Progenesis QI is instrument platform independent, with support for universal formats such as .mzML and .mzXML. For more information about Progenesis QI, see www.nonlinear.com.
Overview
- Search compound data flexibly using LipidBlast, ChemSpider, Elemental Composition, Metlin, or the Waters search method MetaScope
- Reduce false positive IDs by using multiple search parameters: exact mass, MS/MS fragments, isotope distribution, RT, and CCS
- Import identification results, including chemical structures from SDF databases and embedded web-links to compound details
- Find significantly changing compounds quickly, e.g., Anova p-value, fold-change, power
- Visualize relative compound abundance using compound abundance profile graphs
- Easily integrate results with other bioinformatics platforms with comprehensive data export options
- Review and edit the compound adduct deconvolution used to quantify and identify a compound
Recommended Use: For rapidly, objectively, and reliably discovering compounds of interest in LC-MS data analysis.
Features Header
Unlock complex data with powerful visualization
One of the key features of Progenesis QI is its highly graphical and attractive data displays which enable users to fully visualize and understand data, giving added confidence in the measurements made.
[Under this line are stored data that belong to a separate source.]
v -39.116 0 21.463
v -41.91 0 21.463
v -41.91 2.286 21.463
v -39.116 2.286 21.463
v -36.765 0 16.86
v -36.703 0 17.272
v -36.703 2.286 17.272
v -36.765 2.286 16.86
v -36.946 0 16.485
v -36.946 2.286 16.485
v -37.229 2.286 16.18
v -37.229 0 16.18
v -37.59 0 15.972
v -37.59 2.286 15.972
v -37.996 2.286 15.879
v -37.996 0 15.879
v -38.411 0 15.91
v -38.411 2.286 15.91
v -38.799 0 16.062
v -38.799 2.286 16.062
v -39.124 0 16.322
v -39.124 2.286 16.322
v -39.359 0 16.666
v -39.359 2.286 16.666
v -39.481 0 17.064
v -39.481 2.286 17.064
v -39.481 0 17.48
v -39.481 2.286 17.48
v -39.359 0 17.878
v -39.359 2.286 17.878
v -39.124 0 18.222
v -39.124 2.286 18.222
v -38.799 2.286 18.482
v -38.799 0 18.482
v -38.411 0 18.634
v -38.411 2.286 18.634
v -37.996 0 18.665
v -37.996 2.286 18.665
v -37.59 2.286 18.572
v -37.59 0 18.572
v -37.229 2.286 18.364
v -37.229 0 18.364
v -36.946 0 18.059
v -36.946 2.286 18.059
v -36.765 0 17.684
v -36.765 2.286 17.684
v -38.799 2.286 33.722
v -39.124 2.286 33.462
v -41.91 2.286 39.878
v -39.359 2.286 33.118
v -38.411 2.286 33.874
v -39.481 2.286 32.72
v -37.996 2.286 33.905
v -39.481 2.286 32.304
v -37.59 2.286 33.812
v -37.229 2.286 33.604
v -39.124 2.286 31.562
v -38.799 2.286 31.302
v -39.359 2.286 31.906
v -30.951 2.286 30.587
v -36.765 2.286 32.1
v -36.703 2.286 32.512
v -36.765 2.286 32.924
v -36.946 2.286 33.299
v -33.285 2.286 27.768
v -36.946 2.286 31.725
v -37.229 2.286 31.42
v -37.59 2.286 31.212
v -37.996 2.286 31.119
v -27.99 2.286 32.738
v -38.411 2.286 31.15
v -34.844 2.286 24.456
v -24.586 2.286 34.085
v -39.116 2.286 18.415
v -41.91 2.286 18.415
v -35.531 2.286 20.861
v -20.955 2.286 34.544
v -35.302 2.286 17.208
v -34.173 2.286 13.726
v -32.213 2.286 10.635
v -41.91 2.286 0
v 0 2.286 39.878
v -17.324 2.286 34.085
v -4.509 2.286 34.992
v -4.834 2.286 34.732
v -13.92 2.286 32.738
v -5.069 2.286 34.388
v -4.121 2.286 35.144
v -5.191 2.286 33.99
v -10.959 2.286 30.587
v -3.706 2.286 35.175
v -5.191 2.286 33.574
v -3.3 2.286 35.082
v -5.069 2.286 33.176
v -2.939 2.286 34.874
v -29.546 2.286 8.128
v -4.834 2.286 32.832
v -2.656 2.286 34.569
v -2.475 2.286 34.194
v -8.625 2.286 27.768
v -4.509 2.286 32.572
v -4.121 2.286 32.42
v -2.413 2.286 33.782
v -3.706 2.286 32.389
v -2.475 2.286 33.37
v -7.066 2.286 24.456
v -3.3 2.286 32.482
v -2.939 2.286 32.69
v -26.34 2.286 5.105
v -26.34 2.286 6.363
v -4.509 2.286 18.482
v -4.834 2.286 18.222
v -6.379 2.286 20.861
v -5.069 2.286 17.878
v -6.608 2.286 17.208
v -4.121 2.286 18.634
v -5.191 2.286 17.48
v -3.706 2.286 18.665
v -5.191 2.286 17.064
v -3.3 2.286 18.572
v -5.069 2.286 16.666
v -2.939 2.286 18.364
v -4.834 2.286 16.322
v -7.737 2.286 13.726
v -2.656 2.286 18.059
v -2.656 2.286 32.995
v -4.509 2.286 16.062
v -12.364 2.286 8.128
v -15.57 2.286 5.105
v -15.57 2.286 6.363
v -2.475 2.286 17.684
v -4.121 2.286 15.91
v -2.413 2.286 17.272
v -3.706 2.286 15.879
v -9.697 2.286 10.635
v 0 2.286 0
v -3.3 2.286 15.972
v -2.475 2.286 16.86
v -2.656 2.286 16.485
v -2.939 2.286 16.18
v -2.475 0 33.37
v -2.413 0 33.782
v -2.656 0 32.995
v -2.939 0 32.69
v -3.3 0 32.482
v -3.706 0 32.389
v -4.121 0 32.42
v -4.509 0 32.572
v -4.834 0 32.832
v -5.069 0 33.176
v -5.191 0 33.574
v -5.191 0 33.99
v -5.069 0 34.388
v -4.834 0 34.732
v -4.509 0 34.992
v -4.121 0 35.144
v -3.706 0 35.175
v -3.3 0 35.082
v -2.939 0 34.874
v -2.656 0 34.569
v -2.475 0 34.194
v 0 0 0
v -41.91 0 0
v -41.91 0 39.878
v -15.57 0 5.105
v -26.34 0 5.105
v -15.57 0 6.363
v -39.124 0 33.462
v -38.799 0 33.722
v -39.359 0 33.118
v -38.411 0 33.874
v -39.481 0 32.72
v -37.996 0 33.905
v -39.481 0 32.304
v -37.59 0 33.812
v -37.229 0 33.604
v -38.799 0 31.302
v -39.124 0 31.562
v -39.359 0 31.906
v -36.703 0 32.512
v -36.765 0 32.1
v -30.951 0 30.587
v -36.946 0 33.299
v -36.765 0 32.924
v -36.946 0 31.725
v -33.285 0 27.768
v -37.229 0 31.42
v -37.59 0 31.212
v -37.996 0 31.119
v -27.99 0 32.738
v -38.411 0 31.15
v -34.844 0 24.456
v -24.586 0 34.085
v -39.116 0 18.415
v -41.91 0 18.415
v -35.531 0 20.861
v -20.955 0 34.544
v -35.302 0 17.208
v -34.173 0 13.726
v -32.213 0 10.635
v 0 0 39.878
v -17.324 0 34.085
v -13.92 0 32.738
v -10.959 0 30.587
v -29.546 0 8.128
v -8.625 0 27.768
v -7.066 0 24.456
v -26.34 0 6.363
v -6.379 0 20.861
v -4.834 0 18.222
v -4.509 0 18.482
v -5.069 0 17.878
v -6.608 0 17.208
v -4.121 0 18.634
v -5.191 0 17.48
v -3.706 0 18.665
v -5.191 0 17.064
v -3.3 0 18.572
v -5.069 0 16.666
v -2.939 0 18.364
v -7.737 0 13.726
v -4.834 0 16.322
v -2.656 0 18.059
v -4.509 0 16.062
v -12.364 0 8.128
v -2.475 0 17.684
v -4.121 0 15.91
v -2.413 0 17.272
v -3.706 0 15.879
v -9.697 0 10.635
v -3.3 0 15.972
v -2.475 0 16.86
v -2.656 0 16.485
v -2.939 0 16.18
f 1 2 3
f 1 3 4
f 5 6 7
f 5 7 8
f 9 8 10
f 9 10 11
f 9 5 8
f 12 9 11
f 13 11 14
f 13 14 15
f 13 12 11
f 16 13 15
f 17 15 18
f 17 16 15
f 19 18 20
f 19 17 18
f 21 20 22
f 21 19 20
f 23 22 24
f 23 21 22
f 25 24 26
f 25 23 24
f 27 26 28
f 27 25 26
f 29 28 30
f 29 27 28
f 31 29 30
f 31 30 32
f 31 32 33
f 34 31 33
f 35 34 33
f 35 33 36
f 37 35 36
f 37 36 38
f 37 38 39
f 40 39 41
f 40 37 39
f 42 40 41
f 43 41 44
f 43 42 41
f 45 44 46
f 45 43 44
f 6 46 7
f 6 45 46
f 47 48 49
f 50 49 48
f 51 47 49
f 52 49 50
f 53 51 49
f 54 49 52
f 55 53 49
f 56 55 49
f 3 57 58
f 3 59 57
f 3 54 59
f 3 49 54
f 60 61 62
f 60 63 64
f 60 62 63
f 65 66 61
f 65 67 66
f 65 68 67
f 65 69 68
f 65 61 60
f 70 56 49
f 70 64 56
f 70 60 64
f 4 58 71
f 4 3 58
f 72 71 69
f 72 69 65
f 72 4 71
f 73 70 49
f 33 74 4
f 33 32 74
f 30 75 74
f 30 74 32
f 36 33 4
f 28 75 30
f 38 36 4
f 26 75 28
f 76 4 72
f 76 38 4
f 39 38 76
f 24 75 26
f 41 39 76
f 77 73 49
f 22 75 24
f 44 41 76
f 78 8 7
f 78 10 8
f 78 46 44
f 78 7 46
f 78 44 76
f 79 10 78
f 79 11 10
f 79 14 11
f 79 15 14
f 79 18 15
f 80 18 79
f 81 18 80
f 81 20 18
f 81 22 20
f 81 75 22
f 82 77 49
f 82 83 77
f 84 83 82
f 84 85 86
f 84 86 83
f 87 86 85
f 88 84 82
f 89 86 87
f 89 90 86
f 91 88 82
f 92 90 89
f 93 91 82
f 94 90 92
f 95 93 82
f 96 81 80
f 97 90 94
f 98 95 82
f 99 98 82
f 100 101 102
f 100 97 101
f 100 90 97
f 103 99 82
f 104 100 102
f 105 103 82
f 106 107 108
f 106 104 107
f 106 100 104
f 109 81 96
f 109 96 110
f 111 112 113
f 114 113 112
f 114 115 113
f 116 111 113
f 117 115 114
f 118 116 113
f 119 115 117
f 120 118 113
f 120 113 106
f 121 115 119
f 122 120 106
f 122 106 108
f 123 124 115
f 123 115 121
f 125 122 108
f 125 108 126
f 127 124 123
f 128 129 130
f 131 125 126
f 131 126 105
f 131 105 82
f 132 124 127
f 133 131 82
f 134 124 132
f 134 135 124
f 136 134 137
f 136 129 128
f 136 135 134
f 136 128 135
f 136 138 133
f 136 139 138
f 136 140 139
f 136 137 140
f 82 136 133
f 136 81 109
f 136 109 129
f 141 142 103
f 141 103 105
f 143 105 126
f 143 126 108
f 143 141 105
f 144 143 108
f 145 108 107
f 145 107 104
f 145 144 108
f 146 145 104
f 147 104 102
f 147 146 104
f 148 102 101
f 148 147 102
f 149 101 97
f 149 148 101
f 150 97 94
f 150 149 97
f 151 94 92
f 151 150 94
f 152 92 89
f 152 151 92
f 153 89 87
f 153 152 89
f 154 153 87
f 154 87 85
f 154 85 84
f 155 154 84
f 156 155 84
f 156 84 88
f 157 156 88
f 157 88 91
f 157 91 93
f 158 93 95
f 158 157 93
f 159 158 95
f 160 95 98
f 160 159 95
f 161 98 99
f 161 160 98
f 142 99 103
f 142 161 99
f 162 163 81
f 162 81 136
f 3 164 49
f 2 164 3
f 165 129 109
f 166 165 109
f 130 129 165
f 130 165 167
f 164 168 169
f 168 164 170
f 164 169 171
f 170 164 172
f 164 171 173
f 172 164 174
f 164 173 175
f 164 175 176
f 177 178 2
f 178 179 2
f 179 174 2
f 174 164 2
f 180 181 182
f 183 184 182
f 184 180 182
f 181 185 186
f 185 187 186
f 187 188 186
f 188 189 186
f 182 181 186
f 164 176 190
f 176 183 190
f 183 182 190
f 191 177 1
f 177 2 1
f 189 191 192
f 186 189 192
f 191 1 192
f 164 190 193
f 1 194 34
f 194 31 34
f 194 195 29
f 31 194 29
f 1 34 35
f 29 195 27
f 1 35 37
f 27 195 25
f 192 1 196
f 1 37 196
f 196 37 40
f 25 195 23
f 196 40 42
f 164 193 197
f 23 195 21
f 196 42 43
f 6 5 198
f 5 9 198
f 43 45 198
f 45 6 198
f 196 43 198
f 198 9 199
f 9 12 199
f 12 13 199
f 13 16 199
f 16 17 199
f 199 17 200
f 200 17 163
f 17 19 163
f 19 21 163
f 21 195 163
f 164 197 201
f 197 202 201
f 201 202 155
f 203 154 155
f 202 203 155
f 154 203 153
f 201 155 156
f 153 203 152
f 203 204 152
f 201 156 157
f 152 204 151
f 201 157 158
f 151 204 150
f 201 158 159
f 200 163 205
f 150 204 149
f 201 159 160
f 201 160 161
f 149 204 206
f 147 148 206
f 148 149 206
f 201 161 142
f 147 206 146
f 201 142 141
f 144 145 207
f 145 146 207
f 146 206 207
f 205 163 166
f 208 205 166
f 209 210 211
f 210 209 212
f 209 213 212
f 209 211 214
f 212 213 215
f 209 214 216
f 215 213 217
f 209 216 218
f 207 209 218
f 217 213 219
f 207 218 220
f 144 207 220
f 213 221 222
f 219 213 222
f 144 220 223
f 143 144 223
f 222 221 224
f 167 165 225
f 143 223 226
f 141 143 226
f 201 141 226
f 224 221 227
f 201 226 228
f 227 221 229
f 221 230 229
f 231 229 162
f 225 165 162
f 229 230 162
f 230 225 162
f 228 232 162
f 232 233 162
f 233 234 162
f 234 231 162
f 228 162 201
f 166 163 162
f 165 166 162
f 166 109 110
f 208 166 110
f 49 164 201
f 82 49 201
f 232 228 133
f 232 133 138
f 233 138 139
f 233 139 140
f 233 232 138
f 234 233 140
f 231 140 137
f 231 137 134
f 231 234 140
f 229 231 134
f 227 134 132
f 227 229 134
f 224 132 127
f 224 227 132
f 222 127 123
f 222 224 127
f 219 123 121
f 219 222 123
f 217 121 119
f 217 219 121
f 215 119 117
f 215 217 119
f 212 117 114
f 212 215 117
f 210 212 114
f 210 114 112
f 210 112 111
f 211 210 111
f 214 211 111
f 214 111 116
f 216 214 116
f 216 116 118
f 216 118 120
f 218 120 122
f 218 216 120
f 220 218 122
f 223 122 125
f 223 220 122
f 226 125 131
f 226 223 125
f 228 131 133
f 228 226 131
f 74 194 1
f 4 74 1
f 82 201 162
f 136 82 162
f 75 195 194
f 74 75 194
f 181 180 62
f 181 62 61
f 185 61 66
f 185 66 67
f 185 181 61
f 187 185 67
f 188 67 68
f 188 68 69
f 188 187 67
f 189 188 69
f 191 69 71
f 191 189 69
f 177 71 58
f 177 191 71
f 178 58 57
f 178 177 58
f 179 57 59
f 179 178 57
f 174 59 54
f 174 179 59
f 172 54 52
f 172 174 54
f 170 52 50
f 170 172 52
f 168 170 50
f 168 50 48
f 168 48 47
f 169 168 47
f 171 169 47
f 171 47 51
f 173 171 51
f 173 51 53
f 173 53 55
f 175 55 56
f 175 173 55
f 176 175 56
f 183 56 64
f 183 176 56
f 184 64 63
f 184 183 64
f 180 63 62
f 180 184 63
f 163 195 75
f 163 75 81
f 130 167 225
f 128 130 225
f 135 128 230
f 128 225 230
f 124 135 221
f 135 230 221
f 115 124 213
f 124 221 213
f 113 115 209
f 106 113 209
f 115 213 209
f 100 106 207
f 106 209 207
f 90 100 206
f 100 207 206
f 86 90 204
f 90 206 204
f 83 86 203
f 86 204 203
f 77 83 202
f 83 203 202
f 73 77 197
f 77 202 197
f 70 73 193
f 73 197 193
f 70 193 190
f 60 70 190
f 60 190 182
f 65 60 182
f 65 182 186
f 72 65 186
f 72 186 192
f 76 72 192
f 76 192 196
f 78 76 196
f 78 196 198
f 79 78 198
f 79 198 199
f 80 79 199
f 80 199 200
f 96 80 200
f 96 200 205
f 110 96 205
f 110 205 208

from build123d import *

# Parameters (mm, degrees)
SKETCH5_W      = 41.91
SKETCH5_H      = 39.878
SKETCH5_R      = 1.397
EXTRUDE3_DEPTH = 2.286
SKETCH6_W      = 10.7696
SKETCH6_H      = 20.1676
EXTRUDE4_DEPTH = 3.286
SKETCH7_R      = 14.605
SKETCH7_W      = 2.794
SKETCH7_H      = 3.048
EXTRUDE5_DEPTH = 3.286


with BuildPart() as part:
    # Sketch5 → Extrude3 (new body)
    with BuildSketch(Plane(origin=(0, 0, 0), x_dir=(1, 0, 0), z_dir=(0, 1, 0))):
        with Locations((-20.955, -19.939)):
            Rectangle(SKETCH5_W, SKETCH5_H)
        with Locations((-38.1, -17.272)):
            Circle(SKETCH5_R, mode=Mode.SUBTRACT)
        with Locations((-38.1, -32.512)):
            Circle(SKETCH5_R, mode=Mode.SUBTRACT)
        with Locations((-3.81, -33.782)):
            Circle(SKETCH5_R, mode=Mode.SUBTRACT)
        with Locations((-3.81, -17.272)):
            Circle(SKETCH5_R, mode=Mode.SUBTRACT)
    extrude(amount=EXTRUDE3_DEPTH)

    # Sketch6 → Extrude4 (cut, through all)
    with BuildSketch(Plane(origin=(0, 2.286, 0), x_dir=(-1, 0, 0), z_dir=(0, 1, 0))):
        with Locations((20.955, 15.1892)):
            Rectangle(SKETCH6_W, SKETCH6_H)
    extrude(amount=-EXTRUDE4_DEPTH, mode=Mode.SUBTRACT)

    # Sketch7 → Extrude5 (cut, through all)
    with BuildSketch(Plane.XZ):
        with Locations((-20.955, 19.939)):
            Circle(SKETCH7_R)
        with Locations((-40.513, 19.939)):
            Rectangle(SKETCH7_W, SKETCH7_H)
    extrude(amount=-EXTRUDE5_DEPTH, mode=Mode.SUBTRACT)


solid = part.part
Ion-intensity maps showing the 2D-representation of chromatographic retention time, m/z, and feature intensity, as well as MS and chromatographic data views, provide quality assurance of automatic alignment, peak picking, and compound adduct deconvolution for every sample.
Highly accurate quantification of compounds
Progenesis QI provides both accurate and precise measurements of compounds based on their summed ion intensities. Compound adducts are automatically deconvoluted to provide accurate quantification from all available data. Following quantification, it is possible to identify compounds having statistically significant abundance changes across groups. Large numbers of samples from multiple groups can be explored, along with multiple comparison designs within a single experiment. The result is a list of compounds of interest for further characterization.
Confident compound identification with multiple search parameters
Progenesis QI enables users to search for compound identifications based not only on neutral mass, isotopic distribution, and chromatographic retention time, but also using MS/MS fragment data and collision cross section (CCS) measurements using the Waters novel Metascope search engine. Database searching using multiple parameters greatly improves the specificity of the search and increases the chance of correct compound identification.
More easily find compounds of interest
Compound ID is still one of the main bottlenecks in small molecule omics experiments so we provide access to a wide variety of databases to increase your chances of finding your compounds of interest. Flexible compound search methods include:
- Any databases in .SDF format
- In-house databases in .CSV format
- Metlin database
- Royal Society of Chemistry databases using ChemSpider plug-in
- Lipidblast database
- NIST MS and MS/MS libraries
You can also find compounds of interest using statistical tools included in Progenesis QI, including:
- ANOVA
- Principal component analysis (PCA)
- Hierarchical clustering
You can also leverage advanced statistics via seamless integration with EZInfo 3.0 (Umetrics) for access to functions like supervised analysis and s-plots.
Reduce bottlenecks and streamline workflows
The menu-guided workflow in Progenesis QI helps guide users through the experimental steps in the software. If required, automation routines allow users to seamlessly move through multiple stages to maximize opportunities for unsupervised overnight and weekend data processing. With Progenesis QI, you’ll get:
- Automatic reference run selection and alignment
- Automatic peak picking and normalization
- Automated experimental design from .CSV and .SPL files
- All stages automatable up to the point of compound identification
Streamlining omics experiments starts with reducing the bottleneck in interpretation of the list of discoveries – what is the biology behind the changes observed? One way to address this question and extract maximum value from omics discovery data is Pathway Analysis. Progenesis QI provides export tools to quickly and easily interface with third-party Pathway Analysis programs.